- Opening Delimiter -

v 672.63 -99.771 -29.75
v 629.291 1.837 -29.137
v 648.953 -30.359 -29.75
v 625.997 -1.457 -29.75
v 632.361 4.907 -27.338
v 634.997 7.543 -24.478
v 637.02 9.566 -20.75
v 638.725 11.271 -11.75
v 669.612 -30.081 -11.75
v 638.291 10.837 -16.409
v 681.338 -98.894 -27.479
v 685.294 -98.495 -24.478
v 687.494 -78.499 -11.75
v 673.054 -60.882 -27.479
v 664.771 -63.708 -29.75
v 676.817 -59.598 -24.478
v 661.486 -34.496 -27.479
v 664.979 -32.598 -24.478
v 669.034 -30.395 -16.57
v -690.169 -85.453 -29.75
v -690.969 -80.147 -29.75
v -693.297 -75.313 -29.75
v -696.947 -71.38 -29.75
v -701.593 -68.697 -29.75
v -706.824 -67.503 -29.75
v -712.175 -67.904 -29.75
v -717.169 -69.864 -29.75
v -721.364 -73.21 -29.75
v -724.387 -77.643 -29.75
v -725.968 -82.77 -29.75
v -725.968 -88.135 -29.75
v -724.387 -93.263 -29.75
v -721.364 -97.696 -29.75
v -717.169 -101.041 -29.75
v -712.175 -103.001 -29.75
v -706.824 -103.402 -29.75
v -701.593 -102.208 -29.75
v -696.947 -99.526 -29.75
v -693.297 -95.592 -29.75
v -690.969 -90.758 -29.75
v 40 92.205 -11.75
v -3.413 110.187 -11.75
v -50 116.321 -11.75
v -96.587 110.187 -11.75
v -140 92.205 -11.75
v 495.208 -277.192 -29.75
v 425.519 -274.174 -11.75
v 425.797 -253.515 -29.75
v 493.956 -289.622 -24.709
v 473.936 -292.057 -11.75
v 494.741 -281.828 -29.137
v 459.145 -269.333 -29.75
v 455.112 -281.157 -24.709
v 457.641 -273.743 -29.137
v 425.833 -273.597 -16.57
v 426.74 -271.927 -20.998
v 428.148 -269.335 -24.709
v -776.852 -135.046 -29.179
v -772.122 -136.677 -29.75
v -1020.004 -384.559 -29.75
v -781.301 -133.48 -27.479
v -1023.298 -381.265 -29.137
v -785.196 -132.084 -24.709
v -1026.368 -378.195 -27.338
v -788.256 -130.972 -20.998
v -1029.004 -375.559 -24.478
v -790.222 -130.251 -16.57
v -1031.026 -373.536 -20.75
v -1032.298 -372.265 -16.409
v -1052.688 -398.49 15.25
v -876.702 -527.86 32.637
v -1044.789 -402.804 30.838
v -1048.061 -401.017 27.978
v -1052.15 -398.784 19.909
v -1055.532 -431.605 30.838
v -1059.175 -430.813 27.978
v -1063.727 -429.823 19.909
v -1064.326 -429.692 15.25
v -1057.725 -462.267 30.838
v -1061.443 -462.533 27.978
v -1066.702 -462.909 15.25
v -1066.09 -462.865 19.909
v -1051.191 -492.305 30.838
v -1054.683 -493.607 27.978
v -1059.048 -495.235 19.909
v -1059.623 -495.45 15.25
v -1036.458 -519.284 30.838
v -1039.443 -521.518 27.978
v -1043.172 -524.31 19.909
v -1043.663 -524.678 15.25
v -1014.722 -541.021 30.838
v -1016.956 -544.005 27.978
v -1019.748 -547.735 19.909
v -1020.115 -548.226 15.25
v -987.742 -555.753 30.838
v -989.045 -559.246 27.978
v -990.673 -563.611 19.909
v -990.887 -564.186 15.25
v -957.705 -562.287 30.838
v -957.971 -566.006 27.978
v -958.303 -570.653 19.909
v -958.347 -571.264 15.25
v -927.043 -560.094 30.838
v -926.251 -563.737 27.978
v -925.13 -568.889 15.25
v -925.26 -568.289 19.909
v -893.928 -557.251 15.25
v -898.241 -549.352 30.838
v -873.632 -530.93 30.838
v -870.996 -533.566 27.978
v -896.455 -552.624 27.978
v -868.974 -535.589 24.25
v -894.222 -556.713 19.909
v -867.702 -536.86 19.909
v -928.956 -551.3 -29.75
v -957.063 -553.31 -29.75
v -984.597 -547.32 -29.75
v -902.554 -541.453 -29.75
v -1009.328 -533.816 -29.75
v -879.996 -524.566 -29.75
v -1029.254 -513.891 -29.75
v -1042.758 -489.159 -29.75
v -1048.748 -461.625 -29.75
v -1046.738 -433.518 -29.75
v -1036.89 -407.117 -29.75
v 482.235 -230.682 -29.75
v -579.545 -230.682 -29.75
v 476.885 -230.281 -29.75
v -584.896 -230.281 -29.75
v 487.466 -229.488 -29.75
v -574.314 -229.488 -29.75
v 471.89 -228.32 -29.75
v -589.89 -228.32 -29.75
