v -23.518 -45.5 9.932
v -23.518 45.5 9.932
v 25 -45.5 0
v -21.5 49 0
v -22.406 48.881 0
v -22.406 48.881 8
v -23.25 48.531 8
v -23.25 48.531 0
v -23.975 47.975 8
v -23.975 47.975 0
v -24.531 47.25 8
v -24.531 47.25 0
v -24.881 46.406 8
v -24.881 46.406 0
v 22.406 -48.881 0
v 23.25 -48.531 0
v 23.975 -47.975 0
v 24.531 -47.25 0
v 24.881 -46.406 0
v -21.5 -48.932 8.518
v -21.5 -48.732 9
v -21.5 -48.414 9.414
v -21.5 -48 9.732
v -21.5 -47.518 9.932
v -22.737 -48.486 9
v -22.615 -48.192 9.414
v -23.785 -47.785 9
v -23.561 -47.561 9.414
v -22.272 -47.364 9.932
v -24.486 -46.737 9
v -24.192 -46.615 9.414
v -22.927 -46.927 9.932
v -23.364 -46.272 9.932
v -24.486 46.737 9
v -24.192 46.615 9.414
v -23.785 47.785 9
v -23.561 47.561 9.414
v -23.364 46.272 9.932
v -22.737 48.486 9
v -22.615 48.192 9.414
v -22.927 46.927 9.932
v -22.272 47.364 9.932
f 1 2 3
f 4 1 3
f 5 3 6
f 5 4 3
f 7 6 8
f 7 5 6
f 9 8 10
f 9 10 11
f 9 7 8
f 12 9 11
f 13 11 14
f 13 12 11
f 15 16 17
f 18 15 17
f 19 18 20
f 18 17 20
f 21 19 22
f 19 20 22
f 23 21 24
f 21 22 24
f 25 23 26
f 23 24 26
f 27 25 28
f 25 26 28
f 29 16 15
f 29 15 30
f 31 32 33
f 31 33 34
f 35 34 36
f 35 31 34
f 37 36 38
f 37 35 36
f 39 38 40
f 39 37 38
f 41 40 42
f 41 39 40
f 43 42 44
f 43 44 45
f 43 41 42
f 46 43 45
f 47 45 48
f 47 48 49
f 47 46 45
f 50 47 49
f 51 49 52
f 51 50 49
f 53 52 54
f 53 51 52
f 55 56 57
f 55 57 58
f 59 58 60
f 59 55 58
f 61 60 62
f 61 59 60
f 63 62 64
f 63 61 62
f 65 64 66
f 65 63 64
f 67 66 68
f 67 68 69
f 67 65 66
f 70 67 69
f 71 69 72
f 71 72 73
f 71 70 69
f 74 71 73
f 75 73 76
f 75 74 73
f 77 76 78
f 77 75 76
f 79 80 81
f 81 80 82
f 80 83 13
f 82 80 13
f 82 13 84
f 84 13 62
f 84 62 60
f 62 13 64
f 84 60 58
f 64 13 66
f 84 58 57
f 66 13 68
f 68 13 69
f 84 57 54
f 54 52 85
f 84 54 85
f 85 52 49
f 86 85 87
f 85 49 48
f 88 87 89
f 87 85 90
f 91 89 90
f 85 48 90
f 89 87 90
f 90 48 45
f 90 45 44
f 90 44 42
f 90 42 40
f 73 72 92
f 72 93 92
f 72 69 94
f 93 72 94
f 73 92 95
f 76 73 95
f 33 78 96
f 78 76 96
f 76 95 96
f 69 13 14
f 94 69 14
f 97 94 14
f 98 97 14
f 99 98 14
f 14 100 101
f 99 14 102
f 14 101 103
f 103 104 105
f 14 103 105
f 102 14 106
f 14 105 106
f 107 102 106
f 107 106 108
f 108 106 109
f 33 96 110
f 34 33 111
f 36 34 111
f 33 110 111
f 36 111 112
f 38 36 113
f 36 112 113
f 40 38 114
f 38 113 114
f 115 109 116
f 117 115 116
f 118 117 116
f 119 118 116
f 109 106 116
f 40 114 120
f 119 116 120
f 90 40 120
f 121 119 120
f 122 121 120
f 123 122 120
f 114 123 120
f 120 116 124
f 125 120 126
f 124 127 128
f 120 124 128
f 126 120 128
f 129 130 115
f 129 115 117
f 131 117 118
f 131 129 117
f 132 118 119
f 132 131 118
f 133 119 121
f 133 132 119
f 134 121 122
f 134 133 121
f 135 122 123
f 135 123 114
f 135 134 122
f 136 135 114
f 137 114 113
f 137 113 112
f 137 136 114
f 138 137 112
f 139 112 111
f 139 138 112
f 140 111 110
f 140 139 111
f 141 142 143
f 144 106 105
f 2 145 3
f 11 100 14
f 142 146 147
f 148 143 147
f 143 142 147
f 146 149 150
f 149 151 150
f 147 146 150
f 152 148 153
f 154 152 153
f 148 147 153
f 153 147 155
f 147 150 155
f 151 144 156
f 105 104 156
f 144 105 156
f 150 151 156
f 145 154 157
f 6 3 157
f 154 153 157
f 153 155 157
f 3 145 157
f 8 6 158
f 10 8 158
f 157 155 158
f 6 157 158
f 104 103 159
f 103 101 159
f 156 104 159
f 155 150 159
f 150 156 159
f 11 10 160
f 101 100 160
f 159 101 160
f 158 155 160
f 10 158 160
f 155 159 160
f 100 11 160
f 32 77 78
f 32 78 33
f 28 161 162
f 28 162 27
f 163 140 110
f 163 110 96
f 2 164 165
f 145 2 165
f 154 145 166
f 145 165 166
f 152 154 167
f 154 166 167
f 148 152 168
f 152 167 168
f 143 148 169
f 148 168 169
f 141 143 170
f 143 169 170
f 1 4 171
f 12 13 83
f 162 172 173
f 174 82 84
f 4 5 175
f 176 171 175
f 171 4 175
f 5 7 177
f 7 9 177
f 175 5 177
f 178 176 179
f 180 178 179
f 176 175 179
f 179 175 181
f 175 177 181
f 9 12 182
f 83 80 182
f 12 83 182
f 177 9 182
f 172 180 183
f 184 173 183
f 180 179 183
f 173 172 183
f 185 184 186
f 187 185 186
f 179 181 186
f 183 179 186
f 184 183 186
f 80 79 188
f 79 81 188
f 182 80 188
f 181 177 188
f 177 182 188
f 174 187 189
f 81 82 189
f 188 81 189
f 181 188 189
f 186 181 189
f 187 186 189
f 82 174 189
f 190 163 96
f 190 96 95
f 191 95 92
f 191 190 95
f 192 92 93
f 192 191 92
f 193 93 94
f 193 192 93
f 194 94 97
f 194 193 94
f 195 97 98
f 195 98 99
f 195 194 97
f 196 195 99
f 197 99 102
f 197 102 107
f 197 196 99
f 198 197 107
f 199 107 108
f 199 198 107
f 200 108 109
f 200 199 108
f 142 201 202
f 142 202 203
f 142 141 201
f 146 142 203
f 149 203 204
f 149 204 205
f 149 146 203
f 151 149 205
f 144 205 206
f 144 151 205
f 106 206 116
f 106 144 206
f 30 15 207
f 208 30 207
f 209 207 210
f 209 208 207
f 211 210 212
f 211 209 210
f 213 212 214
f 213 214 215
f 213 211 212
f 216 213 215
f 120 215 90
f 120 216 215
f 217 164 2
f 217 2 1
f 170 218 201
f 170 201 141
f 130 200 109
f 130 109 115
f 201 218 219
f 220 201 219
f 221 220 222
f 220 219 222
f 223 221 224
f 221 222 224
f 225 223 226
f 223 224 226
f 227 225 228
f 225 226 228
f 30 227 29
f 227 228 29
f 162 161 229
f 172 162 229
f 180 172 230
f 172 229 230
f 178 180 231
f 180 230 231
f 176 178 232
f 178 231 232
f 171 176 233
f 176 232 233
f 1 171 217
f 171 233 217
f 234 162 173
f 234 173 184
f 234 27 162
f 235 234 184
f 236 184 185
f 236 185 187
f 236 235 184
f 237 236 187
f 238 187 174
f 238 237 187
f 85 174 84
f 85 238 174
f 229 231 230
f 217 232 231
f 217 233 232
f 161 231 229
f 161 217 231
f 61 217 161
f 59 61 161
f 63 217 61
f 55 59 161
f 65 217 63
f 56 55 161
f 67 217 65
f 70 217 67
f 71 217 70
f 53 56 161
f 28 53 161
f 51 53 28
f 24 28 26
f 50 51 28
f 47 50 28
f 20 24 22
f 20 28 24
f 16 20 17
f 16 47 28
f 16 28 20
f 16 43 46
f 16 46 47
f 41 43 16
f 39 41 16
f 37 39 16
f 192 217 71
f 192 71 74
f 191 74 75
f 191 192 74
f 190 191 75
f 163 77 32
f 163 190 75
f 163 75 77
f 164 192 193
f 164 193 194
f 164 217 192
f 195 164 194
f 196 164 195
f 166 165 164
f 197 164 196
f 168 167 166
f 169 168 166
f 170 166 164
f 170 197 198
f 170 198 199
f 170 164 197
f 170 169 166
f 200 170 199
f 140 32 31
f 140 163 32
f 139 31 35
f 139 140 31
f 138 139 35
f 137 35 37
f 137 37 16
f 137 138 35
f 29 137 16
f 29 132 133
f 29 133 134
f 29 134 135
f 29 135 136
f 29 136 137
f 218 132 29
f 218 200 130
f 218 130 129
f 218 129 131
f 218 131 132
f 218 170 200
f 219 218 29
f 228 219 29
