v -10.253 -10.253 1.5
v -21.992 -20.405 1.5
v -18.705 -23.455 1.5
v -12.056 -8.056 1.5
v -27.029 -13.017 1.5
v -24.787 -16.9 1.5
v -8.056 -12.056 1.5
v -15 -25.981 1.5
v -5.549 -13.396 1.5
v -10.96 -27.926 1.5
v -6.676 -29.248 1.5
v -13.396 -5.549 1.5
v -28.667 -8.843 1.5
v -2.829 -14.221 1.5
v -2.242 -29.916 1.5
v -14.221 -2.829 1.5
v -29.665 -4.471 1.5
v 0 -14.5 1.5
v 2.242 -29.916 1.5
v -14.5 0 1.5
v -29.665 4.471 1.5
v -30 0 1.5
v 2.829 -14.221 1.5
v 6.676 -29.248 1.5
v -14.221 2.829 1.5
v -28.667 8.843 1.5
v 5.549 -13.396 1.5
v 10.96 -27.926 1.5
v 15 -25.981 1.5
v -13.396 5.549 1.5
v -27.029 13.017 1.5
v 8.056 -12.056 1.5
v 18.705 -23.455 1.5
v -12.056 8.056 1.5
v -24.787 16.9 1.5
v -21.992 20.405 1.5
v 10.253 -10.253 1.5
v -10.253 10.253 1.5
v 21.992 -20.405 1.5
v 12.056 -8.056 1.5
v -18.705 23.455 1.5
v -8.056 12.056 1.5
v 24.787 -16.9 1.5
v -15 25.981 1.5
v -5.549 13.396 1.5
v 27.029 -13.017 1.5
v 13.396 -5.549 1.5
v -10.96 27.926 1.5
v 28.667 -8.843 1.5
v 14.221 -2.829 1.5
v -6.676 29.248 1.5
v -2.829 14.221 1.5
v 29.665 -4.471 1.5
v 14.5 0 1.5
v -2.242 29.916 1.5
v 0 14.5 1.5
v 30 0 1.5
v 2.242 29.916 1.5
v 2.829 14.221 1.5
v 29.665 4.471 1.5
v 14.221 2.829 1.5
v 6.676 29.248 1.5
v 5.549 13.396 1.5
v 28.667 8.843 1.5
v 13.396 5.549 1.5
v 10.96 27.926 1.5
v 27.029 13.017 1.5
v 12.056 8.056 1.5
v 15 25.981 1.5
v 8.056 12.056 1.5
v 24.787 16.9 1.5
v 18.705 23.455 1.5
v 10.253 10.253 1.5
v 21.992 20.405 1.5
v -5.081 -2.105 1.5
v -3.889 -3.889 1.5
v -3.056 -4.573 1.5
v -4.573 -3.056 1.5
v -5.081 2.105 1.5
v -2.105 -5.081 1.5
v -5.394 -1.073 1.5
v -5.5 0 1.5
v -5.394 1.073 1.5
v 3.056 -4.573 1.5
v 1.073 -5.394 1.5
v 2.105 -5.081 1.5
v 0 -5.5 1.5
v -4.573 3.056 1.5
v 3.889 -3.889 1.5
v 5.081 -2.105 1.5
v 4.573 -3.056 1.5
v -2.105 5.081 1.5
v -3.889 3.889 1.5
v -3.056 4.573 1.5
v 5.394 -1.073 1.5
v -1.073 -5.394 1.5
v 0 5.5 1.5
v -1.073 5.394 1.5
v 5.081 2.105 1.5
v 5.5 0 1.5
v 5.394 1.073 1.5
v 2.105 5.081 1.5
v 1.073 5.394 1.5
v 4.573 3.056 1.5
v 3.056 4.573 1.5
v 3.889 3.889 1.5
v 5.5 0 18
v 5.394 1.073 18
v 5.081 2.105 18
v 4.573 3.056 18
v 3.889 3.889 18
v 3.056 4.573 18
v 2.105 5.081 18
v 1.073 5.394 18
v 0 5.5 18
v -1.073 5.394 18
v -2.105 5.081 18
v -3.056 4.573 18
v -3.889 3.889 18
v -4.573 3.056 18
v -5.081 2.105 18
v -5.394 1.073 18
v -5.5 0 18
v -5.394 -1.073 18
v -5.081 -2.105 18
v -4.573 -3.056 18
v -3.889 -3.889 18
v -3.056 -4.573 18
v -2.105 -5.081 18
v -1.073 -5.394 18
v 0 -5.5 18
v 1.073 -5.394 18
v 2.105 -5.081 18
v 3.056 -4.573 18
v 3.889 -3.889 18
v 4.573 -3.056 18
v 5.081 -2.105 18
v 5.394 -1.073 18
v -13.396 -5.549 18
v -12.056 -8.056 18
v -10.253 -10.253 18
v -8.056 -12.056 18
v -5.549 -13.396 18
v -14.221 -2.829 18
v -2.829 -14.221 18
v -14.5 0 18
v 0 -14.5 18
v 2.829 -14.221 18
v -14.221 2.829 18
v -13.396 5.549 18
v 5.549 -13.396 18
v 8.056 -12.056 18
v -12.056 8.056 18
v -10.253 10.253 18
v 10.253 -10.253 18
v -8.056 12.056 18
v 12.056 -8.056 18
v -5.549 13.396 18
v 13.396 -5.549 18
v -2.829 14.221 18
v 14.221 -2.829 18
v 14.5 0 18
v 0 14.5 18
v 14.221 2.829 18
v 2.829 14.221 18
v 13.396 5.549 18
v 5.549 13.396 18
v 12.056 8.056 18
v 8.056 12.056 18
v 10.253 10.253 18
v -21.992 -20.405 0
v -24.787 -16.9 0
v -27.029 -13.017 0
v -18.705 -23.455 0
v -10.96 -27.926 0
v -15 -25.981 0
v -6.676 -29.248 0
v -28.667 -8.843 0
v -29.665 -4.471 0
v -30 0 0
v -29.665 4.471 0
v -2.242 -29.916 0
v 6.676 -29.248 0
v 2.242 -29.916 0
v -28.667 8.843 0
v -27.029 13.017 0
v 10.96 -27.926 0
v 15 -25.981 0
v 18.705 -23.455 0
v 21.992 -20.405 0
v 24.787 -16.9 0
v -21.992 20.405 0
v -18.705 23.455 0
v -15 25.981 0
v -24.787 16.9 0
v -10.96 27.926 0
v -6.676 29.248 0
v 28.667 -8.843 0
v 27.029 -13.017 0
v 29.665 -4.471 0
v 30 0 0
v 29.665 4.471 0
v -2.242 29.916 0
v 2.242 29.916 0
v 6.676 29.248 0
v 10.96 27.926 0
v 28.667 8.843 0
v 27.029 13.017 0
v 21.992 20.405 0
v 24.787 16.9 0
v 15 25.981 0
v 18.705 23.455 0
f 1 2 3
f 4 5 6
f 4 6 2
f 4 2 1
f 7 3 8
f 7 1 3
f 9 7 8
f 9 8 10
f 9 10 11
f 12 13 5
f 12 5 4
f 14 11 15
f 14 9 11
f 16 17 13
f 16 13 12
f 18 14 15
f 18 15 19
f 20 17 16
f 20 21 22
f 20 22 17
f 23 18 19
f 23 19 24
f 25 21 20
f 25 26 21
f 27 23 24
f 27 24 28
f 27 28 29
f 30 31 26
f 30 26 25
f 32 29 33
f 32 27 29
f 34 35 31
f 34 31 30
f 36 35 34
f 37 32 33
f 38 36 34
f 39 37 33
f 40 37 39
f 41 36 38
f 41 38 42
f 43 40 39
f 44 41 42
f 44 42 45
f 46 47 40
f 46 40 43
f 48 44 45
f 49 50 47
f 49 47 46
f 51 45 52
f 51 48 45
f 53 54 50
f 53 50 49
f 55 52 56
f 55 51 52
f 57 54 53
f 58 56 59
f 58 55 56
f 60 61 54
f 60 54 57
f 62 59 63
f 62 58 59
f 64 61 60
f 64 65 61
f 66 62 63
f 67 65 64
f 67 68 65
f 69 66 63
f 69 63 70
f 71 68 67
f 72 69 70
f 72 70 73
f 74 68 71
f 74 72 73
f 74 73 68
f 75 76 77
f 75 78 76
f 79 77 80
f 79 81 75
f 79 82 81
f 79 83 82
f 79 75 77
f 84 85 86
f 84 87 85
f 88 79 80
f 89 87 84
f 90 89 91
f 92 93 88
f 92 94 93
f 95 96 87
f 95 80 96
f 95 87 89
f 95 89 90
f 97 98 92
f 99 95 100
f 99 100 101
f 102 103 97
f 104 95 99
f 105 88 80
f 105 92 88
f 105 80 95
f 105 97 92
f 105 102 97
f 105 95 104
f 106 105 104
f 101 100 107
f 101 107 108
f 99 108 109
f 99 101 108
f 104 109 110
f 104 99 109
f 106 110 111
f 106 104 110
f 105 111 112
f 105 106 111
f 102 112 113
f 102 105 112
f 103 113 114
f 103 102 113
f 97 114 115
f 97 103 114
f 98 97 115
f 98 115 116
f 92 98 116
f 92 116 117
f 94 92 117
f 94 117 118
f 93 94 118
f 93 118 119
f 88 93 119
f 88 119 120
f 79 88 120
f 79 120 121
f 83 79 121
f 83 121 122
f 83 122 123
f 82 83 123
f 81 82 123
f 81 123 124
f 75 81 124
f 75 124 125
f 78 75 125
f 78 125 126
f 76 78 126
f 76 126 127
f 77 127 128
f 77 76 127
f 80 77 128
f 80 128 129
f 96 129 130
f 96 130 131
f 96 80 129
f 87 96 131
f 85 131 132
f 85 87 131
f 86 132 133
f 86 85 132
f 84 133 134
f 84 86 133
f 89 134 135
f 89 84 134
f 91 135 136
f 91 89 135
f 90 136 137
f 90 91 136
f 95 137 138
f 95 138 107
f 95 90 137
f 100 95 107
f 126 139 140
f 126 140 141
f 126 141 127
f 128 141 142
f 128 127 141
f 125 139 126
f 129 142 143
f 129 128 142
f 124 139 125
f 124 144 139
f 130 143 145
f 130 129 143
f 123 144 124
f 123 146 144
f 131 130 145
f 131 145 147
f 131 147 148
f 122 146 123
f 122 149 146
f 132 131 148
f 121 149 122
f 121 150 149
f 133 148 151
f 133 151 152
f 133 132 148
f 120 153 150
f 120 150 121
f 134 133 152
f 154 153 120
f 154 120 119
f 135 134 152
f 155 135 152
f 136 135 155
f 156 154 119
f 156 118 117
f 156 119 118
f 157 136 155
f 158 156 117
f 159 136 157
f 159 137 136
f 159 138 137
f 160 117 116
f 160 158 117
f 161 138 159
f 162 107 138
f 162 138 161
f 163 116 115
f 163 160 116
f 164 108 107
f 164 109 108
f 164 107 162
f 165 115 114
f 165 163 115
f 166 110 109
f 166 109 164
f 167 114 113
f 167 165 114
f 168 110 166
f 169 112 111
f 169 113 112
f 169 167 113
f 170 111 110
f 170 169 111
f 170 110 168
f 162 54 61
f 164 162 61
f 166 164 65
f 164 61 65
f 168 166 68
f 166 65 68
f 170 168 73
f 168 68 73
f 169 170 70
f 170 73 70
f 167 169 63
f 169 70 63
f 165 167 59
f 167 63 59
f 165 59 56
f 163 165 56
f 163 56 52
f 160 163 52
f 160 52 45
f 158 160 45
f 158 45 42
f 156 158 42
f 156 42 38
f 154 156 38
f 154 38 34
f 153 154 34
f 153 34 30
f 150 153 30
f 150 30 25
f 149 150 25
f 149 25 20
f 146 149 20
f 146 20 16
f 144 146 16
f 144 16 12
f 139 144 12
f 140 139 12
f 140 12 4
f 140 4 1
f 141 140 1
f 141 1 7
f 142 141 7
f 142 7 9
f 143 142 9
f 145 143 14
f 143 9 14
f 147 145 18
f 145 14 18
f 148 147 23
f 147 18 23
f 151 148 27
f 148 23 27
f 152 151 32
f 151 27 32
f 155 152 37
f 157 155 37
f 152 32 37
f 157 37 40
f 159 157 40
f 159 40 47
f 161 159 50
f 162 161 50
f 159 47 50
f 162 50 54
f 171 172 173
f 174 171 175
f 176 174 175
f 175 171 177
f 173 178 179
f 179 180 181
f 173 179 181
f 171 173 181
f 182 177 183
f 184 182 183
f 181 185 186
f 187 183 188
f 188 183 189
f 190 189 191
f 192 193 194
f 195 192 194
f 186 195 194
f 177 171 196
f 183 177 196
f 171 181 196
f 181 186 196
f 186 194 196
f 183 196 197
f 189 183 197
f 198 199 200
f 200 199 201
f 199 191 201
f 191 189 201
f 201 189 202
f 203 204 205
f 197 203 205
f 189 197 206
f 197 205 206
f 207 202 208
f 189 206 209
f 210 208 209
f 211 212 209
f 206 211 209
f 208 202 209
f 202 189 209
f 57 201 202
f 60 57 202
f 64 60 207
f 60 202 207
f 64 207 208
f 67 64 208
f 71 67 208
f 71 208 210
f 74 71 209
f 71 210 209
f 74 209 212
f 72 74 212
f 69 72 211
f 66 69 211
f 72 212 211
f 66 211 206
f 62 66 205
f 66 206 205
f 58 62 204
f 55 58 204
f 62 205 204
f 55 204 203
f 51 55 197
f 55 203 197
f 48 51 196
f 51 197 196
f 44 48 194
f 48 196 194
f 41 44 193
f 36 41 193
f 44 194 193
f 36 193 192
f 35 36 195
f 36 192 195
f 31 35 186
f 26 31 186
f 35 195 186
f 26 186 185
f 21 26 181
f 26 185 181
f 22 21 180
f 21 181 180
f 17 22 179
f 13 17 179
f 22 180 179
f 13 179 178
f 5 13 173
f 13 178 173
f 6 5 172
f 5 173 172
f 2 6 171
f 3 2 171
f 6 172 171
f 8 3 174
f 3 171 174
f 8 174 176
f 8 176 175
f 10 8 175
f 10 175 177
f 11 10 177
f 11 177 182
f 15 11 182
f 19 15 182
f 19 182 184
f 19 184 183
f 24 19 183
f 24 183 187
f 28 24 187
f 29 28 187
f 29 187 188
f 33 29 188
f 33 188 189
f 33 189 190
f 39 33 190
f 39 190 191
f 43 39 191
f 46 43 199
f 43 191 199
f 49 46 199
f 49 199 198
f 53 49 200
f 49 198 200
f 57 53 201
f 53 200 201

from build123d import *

# Parameters (mm, degrees)
SKETCH1_R           = 30
BOSS_EXTRUDE1_DEPTH = 1.5
SKETCH2_R           = 14.5
SKETCH2_R_2         = 5.5
EXTRUDE_THIN1_DEPTH = 18


with BuildPart() as part:
    # Sketch1 → Boss-Extrude1 (new body)
    with BuildSketch(Plane.XY):
        Circle(SKETCH1_R)
    extrude(amount=BOSS_EXTRUDE1_DEPTH)

    # Sketch2 → Extrude-Thin1 (add)
    with BuildSketch(Plane.XY):
        Circle(SKETCH2_R)
        Circle(SKETCH2_R_2, mode=Mode.SUBTRACT)
    extrude(amount=EXTRUDE_THIN1_DEPTH)


solid = part.part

- Closing Delimiter -

**What the task asks:**
Each line from the first line of the listing through the line containing "v 664.771 -63.708 -29.75" must be set down exactly; no other line belongs in the answer.

**Output for this exercise:**
v 672.63 -99.771 -29.75
v 629.291 1.837 -29.137
v 648.953 -30.359 -29.75
v 625.997 -1.457 -29.75
v 632.361 4.907 -27.338
v 634.997 7.543 -24.478
v 637.02 9.566 -20.75
v 638.725 11.271 -11.75
v 669.612 -30.081 -11.75
v 638.291 10.837 -16.409
v 681.338 -98.894 -27.479
v 685.294 -98.495 -24.478
v 687.494 -78.499 -11.75
v 673.054 -60.882 -27.479
v 664.771 -63.708 -29.75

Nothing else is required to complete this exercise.